I agree. This has been a controversial point since Nikon first introduced it and then equivocated on what it really is.
We probably won't really know until enough Z9's are out here, in the wild, with production firmware and finalized raw converters, so some credible expert(s) can properly evaluate.
If it is truly lossless, then no problema. If lossy, then it is possibly scene/exposure dependent, and will be important to understand the limitations.
Can't wait to see the outcome.
It's already being done with noise/ISO on a global basis by Nikon, Sony, and Canon. This shows the D5, A7riv, and R6.
https://photonstophotos.net/Charts/PDR.htm#Canon EOS R6,Nikon D5,Sony ILCE-7RM4
Every time you see a stair step change in the graph, NR is being applied on a global basis at a RAW level.
Nikon is changing their approach with the Z9 to differentiate between a subject or area with detail and a detail-less background. The same AI that identifies the subject can also be used as part of processing.

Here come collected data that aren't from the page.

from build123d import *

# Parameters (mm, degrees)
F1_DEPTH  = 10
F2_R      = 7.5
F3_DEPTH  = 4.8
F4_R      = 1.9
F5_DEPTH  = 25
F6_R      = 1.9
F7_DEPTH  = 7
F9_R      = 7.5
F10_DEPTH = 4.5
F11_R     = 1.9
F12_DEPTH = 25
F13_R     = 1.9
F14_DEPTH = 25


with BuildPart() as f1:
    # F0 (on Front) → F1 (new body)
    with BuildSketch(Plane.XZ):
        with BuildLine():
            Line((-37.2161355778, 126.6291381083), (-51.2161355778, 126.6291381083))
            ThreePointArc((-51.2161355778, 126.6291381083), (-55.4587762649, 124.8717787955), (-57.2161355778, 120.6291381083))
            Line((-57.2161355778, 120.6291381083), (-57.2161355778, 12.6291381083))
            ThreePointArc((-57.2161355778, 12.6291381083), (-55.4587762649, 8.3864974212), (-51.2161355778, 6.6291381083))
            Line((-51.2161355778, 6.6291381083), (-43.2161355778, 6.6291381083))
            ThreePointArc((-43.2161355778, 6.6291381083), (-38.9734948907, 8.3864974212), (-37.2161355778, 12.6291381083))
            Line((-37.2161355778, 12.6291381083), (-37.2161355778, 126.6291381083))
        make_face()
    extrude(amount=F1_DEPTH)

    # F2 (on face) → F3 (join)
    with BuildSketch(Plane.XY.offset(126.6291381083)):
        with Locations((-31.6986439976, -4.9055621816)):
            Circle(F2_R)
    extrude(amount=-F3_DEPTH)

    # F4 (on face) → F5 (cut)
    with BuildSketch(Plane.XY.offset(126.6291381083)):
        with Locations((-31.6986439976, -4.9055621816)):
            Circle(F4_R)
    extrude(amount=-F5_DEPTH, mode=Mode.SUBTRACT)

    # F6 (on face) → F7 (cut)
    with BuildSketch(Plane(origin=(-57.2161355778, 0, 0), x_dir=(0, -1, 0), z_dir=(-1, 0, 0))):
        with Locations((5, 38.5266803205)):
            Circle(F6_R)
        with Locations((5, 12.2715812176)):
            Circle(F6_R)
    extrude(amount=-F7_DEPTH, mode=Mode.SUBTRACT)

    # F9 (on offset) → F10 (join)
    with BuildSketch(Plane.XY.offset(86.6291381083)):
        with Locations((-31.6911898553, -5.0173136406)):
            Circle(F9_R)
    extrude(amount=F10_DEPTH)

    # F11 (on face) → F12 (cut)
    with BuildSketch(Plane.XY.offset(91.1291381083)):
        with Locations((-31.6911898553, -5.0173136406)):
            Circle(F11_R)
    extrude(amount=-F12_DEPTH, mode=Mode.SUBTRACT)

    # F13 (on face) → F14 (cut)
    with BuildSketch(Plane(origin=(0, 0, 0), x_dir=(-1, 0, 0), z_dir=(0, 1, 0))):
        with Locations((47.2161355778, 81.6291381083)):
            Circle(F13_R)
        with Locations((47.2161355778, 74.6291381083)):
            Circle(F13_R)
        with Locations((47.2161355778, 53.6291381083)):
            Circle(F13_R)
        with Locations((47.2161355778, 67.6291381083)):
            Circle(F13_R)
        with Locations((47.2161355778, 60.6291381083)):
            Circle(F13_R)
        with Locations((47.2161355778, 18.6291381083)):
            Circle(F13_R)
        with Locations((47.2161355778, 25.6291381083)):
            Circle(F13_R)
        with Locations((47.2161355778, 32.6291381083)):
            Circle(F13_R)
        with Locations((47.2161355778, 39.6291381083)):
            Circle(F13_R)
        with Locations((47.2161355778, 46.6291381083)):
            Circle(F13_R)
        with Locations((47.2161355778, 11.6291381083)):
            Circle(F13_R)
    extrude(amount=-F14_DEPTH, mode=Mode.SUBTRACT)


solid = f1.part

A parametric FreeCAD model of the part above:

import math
import FreeCAD as App
import Part
import Sketcher

V = App.Vector
Q = App.Units.Quantity

doc = App.newDocument("Part")
body = doc.addObject("PartDesign::Body", "Body")

sketch1 = body.newObject("Sketcher::SketchObject", "Sketch")
sketch1.AttachmentSupport = (doc.getObject("XZ_Plane"), [""])
sketch1.MapMode = "FlatFace"
sketch1.addGeometry(Part.LineSegment(V(-37, 127, 0), V(-51, 127, 0)), False)
sketch1.addGeometry(Part.ArcOfCircle(Part.Circle(V(-51, 121, 0), V(0, 0, 1), 6), math.radians(90), math.radians(180)), False)
sketch1.addGeometry(Part.LineSegment(V(-57, 121, 0), V(-57, 13, 0)), False)
sketch1.addGeometry(Part.ArcOfCircle(Part.Circle(V(-51, 13, 0), V(0, 0, 1), 6), math.radians(180), math.radians(270)), False)
sketch1.addGeometry(Part.LineSegment(V(-51, 7, 0), V(-43, 7, 0)), False)
sketch1.addGeometry(Part.ArcOfCircle(Part.Circle(V(-43, 13, 0), V(0, 0, 1), 6), math.radians(-90), math.radians(0)), False)
sketch1.addGeometry(Part.LineSegment(V(-37, 13, 0), V(-37, 127, 0)), False)
sketch1.addConstraint(Sketcher.Constraint("Tangent", 0, 2, 1, 1))
sketch1.addConstraint(Sketcher.Constraint("Tangent", 1, 2, 2, 1))
sketch1.addConstraint(Sketcher.Constraint("Tangent", 2, 2, 3, 1))
sketch1.addConstraint(Sketcher.Constraint("Tangent", 3, 2, 4, 1))
sketch1.addConstraint(Sketcher.Constraint("Tangent", 4, 2, 5, 1))
sketch1.addConstraint(Sketcher.Constraint("Tangent", 5, 2, 6, 1))
sketch1.addConstraint(Sketcher.Constraint("Coincident", 6, 2, 0, 1))
sketch1.addConstraint(Sketcher.Constraint("Horizontal", 0))
sketch1.addConstraint(Sketcher.Constraint("Vertical", 2))
sketch1.addConstraint(Sketcher.Constraint("Horizontal", 4))
sketch1.addConstraint(Sketcher.Constraint("Vertical", 6))
sketch1.addConstraint(Sketcher.Constraint("Equal", 1, 3))
sketch1.addConstraint(Sketcher.Constraint("Equal", 3, 5))
sketch1.addConstraint(Sketcher.Constraint("Radius", 1, Q("6 mm")))
sketch1.addConstraint(Sketcher.Constraint("DistanceX", 0, 2, 0, 1, Q("14 mm")))
sketch1.addConstraint(Sketcher.Constraint("DistanceY", 2, 2, 2, 1, Q("108 mm")))
sketch1.addConstraint(Sketcher.Constraint("DistanceY", -1, 1, 1, 3, Q("120.629138 mm")))
sketch1.addConstraint(Sketcher.Constraint("DistanceX", 1, 3, -1, 1, Q("51.216136 mm")))
pad1 = body.newObject("PartDesign::Pad", "Pad")
pad1.Profile = sketch1
pad1.Length = 10

sketch2 = body.newObject("Sketcher::SketchObject", "Sketch001")
sketch2.AttachmentSupport = (doc.getObject("XY_Plane"), [""])
sketch2.MapMode = "FlatFace"
sketch2.AttachmentOffset = App.Placement(V(0, 0, 126.629138), App.Rotation())
sketch2.addGeometry(Part.Circle(V(-32, -5, 0), V(0, 0, 1), 8), False)
sketch2.addConstraint(Sketcher.Constraint("Diameter", 0, Q("15 mm")))
sketch2.addConstraint(Sketcher.Constraint("DistanceX", 0, 3, -1, 1, Q("31.698644 mm")))
sketch2.addConstraint(Sketcher.Constraint("DistanceY", 0, 3, -1, 1, Q("4.905562 mm")))
pad2 = body.newObject("PartDesign::Pad", "Pad001")
pad2.Profile = sketch2
pad2.Length = 4.8
pad2.Reversed = True

sketch3 = body.newObject("Sketcher::SketchObject", "Sketch002")
sketch3.AttachmentSupport = (doc.getObject("XY_Plane"), [""])
sketch3.MapMode = "FlatFace"
sketch3.AttachmentOffset = App.Placement(V(0, 0, 126.629138), App.Rotation())
sketch3.addGeometry(Part.Circle(V(-31.7, -4.9, 0), V(0, 0, 1), 1.9), False)
sketch3.addConstraint(Sketcher.Constraint("Diameter", 0, Q("3.8 mm")))
sketch3.addConstraint(Sketcher.Constraint("DistanceX", 0, 3, -1, 1, Q("31.698644 mm")))
sketch3.addConstraint(Sketcher.Constraint("DistanceY", 0, 3, -1, 1, Q("4.905562 mm")))
pocket1 = body.newObject("PartDesign::Pocket", "Pocket")
pocket1.Profile = sketch3
pocket1.Length = 25

sketch4 = body.newObject("Sketcher::SketchObject", "Sketch003")
sketch4.AttachmentSupport = (doc.getObject("YZ_Plane"), [""])
sketch4.MapMode = "FlatFace"
sketch4.AttachmentOffset = App.Placement(V(0, 0, -57.216136), App.Rotation())
sketch4.addGeometry(Part.Circle(V(-5, 38.5, 0), V(0, 0, 1), 1.9), False)
sketch4.addGeometry(Part.Circle(V(-5, 12.3, 0), V(0, 0, 1), 1.9), False)
sketch4.addConstraint(Sketcher.Constraint("Equal", 0, 1))
sketch4.addConstraint(Sketcher.Constraint("Vertical", 0, 3, 1, 3))
sketch4.addConstraint(Sketcher.Constraint("Diameter", 0, Q("3.8 mm")))
sketch4.addConstraint(Sketcher.Constraint("DistanceX", 0, 3, -1, 1, Q("5 mm")))
sketch4.addConstraint(Sketcher.Constraint("DistanceY", 1, 3, 0, 3, Q("26.255099 mm")))
sketch4.addConstraint(Sketcher.Constraint("DistanceY", -1, 1, 0, 3, Q("38.52668 mm")))
pocket2 = body.newObject("PartDesign::Pocket", "Pocket001")
pocket2.Profile = sketch4
pocket2.Length = 7
pocket2.Reversed = True

sketch5 = body.newObject("Sketcher::SketchObject", "Sketch004")
sketch5.AttachmentSupport = (doc.getObject("XY_Plane"), [""])
sketch5.MapMode = "FlatFace"
sketch5.AttachmentOffset = App.Placement(V(0, 0, 86.629138), App.Rotation())
sketch5.addGeometry(Part.Circle(V(-32, -5, 0), V(0, 0, 1), 8), False)
sketch5.addConstraint(Sketcher.Constraint("Diameter", 0, Q("15 mm")))
sketch5.addConstraint(Sketcher.Constraint("DistanceX", 0, 3, -1, 1, Q("31.69119 mm")))
sketch5.addConstraint(Sketcher.Constraint("DistanceY", 0, 3, -1, 1, Q("5.017314 mm")))
pad3 = body.newObject("PartDesign::Pad", "Pad002")
pad3.Profile = sketch5
pad3.Length = 4.5

sketch6 = body.newObject("Sketcher::SketchObject", "Sketch005")
sketch6.AttachmentSupport = (doc.getObject("XY_Plane"), [""])
sketch6.MapMode = "FlatFace"
sketch6.AttachmentOffset = App.Placement(V(0, 0, 91.129138), App.Rotation())
sketch6.addGeometry(Part.Circle(V(-31.7, -5, 0), V(0, 0, 1), 1.9), False)
sketch6.addConstraint(Sketcher.Constraint("Diameter", 0, Q("3.8 mm")))
sketch6.addConstraint(Sketcher.Constraint("DistanceX", 0, 3, -1, 1, Q("31.69119 mm")))
sketch6.addConstraint(Sketcher.Constraint("DistanceY", 0, 3, -1, 1, Q("5.017314 mm")))
pocket3 = body.newObject("PartDesign::Pocket", "Pocket002")
pocket3.Profile = sketch6
pocket3.Length = 25

sketch7 = body.newObject("Sketcher::SketchObject", "Sketch006")
sketch7.AttachmentSupport = (doc.getObject("XZ_Plane"), [""])
sketch7.MapMode = "FlatFace"
sketch7.addGeometry(Part.Circle(V(-47.2, 81.6, 0), V(0, 0, 1), 1.9), False)
sketch7.addGeometry(Part.Circle(V(-47.2, 74.6, 0), V(0, 0, 1), 1.9), False)
sketch7.addGeometry(Part.Circle(V(-47.2, 53.6, 0), V(0, 0, 1), 1.9), False)
sketch7.addGeometry(Part.Circle(V(-47.2, 67.6, 0), V(0, 0, 1), 1.9), False)
sketch7.addGeometry(Part.Circle(V(-47.2, 60.6, 0), V(0, 0, 1), 1.9), False)
sketch7.addGeometry(Part.Circle(V(-47.2, 18.6, 0), V(0, 0, 1), 1.9), False)
sketch7.addGeometry(Part.Circle(V(-47.2, 25.6, 0), V(0, 0, 1), 1.9), False)
sketch7.addGeometry(Part.Circle(V(-47.2, 32.6, 0), V(0, 0, 1), 1.9), False)
sketch7.addGeometry(Part.Circle(V(-47.2, 39.6, 0), V(0, 0, 1), 1.9), False)
sketch7.addGeometry(Part.Circle(V(-47.2, 46.6, 0), V(0, 0, 1), 1.9), False)
sketch7.addGeometry(Part.Circle(V(-47.2, 11.6, 0), V(0, 0, 1), 1.9), False)
sketch7.addConstraint(Sketcher.Constraint("Equal", 0, 1))
sketch7.addConstraint(Sketcher.Constraint("Equal", 1, 2))
sketch7.addConstraint(Sketcher.Constraint("Equal", 2, 3))
sketch7.addConstraint(Sketcher.Constraint("Equal", 3, 4))
sketch7.addConstraint(Sketcher.Constraint("Equal", 4, 5))
sketch7.addConstraint(Sketcher.Constraint("Equal", 5, 6))
sketch7.addConstraint(Sketcher.Constraint("Equal", 6, 7))
sketch7.addConstraint(Sketcher.Constraint("Equal", 7, 8))
sketch7.addConstraint(Sketcher.Constraint("Equal", 8, 9))
sketch7.addConstraint(Sketcher.Constraint("Equal", 9, 10))
sketch7.addConstraint(Sketcher.Constraint("Vertical", 0, 3, 1, 3))
sketch7.addConstraint(Sketcher.Constraint("Vertical", 1, 3, 2, 3))
sketch7.addConstraint(Sketcher.Constraint("Vertical", 2, 3, 3, 3))
sketch7.addConstraint(Sketcher.Constraint("Vertical", 3, 3, 4, 3))
sketch7.addConstraint(Sketcher.Constraint("Vertical", 4, 3, 5, 3))
sketch7.addConstraint(Sketcher.Constraint("Vertical", 5, 3, 6, 3))
sketch7.addConstraint(Sketcher.Constraint("Vertical", 6, 3, 7, 3))
sketch7.addConstraint(Sketcher.Constraint("Vertical", 7, 3, 8, 3))
sketch7.addConstraint(Sketcher.Constraint("Vertical", 8, 3, 9, 3))
sketch7.addConstraint(Sketcher.Constraint("Vertical", 9, 3, 10, 3))
sketch7.addConstraint(Sketcher.Constraint("Diameter", 0, Q("3.8 mm")))
sketch7.addConstraint(Sketcher.Constraint("DistanceY", 1, 3, 0, 3, Q("7 mm")))
sketch7.addConstraint(Sketcher.Constraint("DistanceY", 2, 3, 1, 3, Q("21 mm")))
sketch7.addConstraint(Sketcher.Constraint("DistanceY", 3, 3, 1, 3, Q("7 mm")))
sketch7.addConstraint(Sketcher.Constraint("DistanceY", 2, 3, 4, 3, Q("7 mm")))
sketch7.addConstraint(Sketcher.Constraint("DistanceY", 5, 3, 2, 3, Q("35 mm")))
sketch7.addConstraint(Sketcher.Constraint("DistanceY", 5, 3, 6, 3, Q("7 mm")))
sketch7.addConstraint(Sketcher.Constraint("DistanceY", 6, 3, 7, 3, Q("7 mm")))
sketch7.addConstraint(Sketcher.Constraint("DistanceY", 7, 3, 8, 3, Q("7 mm")))
sketch7.addConstraint(Sketcher.Constraint("DistanceY", 9, 3, 2, 3, Q("7 mm")))
sketch7.addConstraint(Sketcher.Constraint("DistanceY", 10, 3, 5, 3, Q("7 mm")))
sketch7.addConstraint(Sketcher.Constraint("DistanceY", -1, 1, 0, 3, Q("81.629138 mm")))
sketch7.addConstraint(Sketcher.Constraint("DistanceX", 0, 3, -1, 1, Q("47.216136 mm")))
pocket4 = body.newObject("PartDesign::Pocket", "Pocket003")
pocket4.Profile = sketch7
pocket4.Length = 25
pocket4.Reversed = True

doc.recompute()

Maybe? But note what bothers is not a general noise reduction/white balance - that if of course a given. What bothers me is the news of the camera applying different changes to different parts of the image, like Active D-lighting is doing to the JPEG output. As far as I know, this was not the case until now. If you tell me this was already the case, I'd be surprised but willing to learn more.
And lowering the shadows after the camera has raised them will, AFAIK, not result in the exact original values.